I also appreciated novels about solitude, like Alexandre Dumas’ The Count of Monte Cristo and how Edmond Dantès spent his years in prison before his escape. Or Daniel Defoe’s Robinson Crusoe and how the title character had to reinvent the skills of survival as a shipwrecked sailor. I also enjoyed reading Henry David Thoreau’s Walden, his journal of his self-imposed solitude in the woods and a lake near his home in Massachusetts.

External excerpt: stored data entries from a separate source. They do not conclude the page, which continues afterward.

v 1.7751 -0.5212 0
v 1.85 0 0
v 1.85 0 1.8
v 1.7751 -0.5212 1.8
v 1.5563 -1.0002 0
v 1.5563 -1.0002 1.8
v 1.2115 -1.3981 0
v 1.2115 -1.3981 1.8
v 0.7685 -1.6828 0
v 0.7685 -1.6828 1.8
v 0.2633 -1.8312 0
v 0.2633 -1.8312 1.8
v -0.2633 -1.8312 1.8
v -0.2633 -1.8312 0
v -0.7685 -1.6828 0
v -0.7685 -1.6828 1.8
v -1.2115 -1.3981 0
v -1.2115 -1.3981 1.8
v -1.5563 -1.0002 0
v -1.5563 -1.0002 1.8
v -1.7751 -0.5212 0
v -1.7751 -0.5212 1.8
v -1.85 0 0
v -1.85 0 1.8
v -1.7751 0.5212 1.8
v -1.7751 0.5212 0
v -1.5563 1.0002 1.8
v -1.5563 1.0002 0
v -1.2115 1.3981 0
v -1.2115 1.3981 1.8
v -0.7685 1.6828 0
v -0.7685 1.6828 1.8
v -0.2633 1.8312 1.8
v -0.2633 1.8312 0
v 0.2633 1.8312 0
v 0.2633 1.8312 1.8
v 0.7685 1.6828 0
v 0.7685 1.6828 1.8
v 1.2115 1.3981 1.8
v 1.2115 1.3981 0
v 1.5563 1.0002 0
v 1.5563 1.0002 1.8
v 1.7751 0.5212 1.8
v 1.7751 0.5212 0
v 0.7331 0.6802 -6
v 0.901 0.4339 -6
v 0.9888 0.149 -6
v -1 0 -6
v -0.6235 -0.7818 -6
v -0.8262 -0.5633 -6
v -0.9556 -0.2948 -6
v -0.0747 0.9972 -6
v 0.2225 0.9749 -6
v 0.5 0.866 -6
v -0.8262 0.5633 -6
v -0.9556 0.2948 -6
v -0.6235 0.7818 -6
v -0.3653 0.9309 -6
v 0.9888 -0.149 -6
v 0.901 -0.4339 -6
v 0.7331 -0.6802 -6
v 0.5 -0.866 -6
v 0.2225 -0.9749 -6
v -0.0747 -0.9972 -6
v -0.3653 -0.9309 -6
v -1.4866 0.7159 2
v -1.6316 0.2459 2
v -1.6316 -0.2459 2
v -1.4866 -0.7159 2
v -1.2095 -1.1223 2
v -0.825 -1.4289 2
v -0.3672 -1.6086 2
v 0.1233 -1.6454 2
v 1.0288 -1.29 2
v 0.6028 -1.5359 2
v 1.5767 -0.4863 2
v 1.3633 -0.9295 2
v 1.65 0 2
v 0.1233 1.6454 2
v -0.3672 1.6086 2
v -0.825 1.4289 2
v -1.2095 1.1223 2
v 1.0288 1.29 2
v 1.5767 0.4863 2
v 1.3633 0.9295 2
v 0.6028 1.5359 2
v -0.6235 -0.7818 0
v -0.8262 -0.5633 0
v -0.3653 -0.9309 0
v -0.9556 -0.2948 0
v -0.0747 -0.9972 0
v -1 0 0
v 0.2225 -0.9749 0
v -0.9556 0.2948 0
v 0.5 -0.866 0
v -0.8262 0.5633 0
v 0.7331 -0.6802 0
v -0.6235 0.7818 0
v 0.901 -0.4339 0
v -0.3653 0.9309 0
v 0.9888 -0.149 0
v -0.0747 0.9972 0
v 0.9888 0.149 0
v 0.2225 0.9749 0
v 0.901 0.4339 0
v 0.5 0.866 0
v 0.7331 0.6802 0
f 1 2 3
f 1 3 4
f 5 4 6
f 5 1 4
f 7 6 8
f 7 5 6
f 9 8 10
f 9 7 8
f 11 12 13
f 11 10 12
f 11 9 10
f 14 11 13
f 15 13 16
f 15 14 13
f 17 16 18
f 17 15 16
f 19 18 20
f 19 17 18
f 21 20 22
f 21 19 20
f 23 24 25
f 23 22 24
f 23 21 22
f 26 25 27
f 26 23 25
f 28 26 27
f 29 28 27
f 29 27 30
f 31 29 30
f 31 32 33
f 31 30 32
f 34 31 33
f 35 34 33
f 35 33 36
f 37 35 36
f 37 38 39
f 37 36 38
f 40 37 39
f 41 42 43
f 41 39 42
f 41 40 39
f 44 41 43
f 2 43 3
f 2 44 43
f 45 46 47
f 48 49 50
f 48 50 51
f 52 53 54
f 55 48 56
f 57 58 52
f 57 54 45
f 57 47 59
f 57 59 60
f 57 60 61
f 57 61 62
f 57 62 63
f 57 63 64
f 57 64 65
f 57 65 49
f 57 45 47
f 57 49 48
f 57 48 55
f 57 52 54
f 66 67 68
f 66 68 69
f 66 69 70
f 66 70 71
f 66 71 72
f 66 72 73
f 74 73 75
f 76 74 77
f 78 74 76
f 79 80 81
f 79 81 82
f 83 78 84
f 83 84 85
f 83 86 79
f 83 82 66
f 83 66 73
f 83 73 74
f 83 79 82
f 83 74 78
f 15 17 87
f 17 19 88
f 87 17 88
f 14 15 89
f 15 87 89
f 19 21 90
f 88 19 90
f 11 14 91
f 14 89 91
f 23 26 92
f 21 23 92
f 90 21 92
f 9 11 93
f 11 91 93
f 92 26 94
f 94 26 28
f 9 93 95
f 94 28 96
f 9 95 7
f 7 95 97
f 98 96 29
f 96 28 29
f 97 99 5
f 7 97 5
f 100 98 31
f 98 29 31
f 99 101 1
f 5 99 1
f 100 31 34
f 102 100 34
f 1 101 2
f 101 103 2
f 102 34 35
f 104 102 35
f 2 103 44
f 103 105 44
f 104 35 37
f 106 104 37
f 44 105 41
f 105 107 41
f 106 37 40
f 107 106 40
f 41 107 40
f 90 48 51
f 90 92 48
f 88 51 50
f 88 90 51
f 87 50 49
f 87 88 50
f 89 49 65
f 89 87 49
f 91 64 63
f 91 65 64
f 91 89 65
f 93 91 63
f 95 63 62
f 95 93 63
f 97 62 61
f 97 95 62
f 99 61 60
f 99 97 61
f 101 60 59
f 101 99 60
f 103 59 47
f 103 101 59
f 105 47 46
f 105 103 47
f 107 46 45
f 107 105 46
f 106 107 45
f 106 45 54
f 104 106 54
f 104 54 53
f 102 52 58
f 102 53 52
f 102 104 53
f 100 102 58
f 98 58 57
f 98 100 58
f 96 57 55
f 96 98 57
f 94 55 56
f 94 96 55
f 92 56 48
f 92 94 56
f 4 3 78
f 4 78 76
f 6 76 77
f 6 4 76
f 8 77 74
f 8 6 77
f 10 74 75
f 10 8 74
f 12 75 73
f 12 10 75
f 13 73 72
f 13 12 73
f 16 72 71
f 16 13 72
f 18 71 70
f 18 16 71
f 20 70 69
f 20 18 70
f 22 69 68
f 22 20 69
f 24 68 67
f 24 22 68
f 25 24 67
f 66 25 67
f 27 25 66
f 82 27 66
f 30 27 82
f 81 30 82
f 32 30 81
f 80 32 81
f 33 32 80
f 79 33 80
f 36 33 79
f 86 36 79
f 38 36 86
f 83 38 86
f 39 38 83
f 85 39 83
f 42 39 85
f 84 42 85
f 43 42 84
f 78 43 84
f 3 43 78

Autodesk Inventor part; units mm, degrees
ref_plane "YZ Plane" through (0, 0, 0) normal (1, 0, 0) x (0, 1, 0)
ref_plane "XZ Plane" through (0, 0, 0) normal (0, 1, 0) x (-1, 0, 0)
ref_plane "XY Plane" through (0, 0, 0) normal (0, 0, 1) x (1, 0, 0)
sketch "スケッチ1" plane through (0, 0, 0) normal (0, 0, 1) x (1, 0, 0)
  circle A0 centre (0, 0) radius 1.85
  dimension "d0" = 3.7
extrude "押し出し1" add sketch "スケッチ1" along normal blind 2
sketch "スケッチ2" plane through (0, 0, 0) normal (0, 0, -1) x (-1, 0, 0)
  circle A0 centre (0, 0) radius 1
  dimension "d3" = 2
extrude "押し出し2" add sketch "スケッチ2" along normal blind 6
thread "ねじ1" size "M2x0.4" class "6g" standard "ANSI Metric M Profile" full length
chamfer "面取り1" distance 0.2 angle 45 1 edges at (-1.85, 0, 2)
properties part number "M2×6" material "ステンレス鋼"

Charles Darwin’s The Voyage of the Beagle is another masterpiece of writing during a round-the-world trip using his cramped shipboard quarters as a place to write from his field notes and away from contact with his scientific colleagues and friends in England.  

In February, before we were forced into solitude, we read for our monthly book discussion group Amor Towle’s The Gentleman in Moscow, a novel about a Russian leisure class survivor of the Revolution who was under house arrest in the Metropol Hotel for some 20 years and who managed to fill his life with adventures and the mental treasures of civilization.  

The hard part is not seeing our children and grandchildren except through Zoom or reading their comments on Facebook and seeing pictures they send. The easy part is using the time to write. Since the quarantine I submitted the galleys for a book in production, signed a contract for a second book, and got my editor to agree to look at ten works I had abandoned over the years when I was too busy teaching and doing research to complete novels, scholarly books, and other writings.

I am sending her a summary of each of these ten books and at age 88 I am in a race with the Grim Reaper to see how many of them I can get published before the scythe is swiped. While this sounds morbid, I am a realist and my life is so filled with the pleasures of living and having enjoyed so much mentoring with my students and solitude with my creative works, that I have no fears or terrors of the Reaper winning the race. 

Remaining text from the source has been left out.